Begin at the line containing "f 60 59 117" in the data below and go on through the line containing "f 546 355 547", repeating each line exactly; include both ends and no other line.

*** Data provided ***

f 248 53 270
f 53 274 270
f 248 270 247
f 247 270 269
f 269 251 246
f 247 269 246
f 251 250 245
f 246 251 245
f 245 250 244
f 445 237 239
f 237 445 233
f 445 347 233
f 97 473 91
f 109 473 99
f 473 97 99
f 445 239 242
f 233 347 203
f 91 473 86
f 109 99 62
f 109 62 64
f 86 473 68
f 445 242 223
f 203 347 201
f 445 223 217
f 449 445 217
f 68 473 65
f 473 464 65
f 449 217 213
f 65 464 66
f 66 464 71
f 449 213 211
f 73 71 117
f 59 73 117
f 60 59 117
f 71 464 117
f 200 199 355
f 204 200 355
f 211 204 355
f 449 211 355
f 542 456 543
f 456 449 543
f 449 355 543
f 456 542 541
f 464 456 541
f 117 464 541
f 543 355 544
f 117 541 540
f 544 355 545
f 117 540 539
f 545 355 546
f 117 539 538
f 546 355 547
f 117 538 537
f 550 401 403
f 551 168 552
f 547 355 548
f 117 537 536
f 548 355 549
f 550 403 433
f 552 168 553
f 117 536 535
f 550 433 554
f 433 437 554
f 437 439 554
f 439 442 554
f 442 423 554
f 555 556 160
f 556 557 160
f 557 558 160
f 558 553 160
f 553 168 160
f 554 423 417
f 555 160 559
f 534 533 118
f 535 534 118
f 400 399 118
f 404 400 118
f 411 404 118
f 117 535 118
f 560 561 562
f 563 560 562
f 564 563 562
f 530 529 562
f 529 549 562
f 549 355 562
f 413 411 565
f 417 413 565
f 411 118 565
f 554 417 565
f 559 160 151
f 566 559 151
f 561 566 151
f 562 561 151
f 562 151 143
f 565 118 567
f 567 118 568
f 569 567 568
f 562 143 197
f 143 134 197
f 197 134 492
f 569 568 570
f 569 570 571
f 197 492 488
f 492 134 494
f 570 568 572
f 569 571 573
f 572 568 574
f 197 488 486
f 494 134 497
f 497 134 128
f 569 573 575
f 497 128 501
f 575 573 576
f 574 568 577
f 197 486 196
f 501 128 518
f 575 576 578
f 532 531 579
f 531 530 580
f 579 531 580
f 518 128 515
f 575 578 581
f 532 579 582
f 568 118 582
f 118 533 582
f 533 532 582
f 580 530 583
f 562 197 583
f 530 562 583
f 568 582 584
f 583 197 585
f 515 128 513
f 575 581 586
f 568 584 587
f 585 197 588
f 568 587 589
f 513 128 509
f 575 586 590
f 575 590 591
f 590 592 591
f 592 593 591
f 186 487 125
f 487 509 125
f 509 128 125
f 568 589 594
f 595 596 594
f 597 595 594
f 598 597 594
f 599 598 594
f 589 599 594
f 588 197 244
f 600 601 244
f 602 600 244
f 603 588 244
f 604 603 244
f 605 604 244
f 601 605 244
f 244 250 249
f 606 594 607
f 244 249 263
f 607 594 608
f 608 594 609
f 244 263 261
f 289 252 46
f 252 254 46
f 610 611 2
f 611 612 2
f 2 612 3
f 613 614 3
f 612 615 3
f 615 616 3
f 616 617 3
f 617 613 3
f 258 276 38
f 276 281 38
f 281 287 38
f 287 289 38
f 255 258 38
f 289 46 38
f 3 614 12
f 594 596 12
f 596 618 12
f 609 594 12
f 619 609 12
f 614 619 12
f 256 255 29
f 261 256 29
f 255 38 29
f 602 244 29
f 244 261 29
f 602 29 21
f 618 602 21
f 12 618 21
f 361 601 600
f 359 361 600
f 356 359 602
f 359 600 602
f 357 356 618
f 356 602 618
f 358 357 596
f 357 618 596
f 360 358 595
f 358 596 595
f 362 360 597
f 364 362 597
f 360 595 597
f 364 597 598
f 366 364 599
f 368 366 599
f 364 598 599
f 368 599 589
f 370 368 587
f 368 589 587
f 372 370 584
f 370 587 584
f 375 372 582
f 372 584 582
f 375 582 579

*** End of Data provided ***
*** Data provided ***

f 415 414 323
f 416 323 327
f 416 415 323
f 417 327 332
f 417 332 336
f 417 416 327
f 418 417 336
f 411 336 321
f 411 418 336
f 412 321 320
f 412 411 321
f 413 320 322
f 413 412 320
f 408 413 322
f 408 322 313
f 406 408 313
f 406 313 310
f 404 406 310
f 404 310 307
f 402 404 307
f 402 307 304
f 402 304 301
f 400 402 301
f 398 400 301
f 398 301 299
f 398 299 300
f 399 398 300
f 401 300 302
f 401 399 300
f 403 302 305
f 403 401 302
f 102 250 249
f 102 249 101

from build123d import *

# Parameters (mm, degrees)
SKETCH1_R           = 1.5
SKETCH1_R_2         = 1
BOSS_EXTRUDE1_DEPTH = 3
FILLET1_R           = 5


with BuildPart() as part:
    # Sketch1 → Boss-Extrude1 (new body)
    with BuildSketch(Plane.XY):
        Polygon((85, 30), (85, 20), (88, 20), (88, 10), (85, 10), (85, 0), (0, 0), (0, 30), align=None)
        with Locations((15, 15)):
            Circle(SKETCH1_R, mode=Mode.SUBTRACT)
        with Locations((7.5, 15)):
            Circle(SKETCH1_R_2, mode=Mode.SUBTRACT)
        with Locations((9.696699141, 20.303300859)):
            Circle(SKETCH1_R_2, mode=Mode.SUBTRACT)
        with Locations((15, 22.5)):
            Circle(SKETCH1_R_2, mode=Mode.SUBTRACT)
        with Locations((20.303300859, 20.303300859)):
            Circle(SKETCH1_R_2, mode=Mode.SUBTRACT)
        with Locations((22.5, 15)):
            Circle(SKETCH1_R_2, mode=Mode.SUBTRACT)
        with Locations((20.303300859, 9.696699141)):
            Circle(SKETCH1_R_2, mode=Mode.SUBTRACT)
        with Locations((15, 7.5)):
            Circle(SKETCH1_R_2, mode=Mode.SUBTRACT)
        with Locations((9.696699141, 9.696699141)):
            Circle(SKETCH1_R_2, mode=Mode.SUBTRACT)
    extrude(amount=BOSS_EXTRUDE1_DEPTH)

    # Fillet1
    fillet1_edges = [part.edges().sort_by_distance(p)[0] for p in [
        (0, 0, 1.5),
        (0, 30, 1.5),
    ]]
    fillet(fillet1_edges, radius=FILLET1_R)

*** End of Data provided ***

§ **Solution to the exercise**
f 60 59 117
f 71 464 117
f 200 199 355
f 204 200 355
f 211 204 355
f 449 211 355
f 542 456 543
f 456 449 543
f 449 355 543
f 456 542 541
f 464 456 541
f 117 464 541
f 543 355 544
f 117 541 540
f 544 355 545
f 117 540 539
f 545 355 546
f 117 539 538
f 546 355 547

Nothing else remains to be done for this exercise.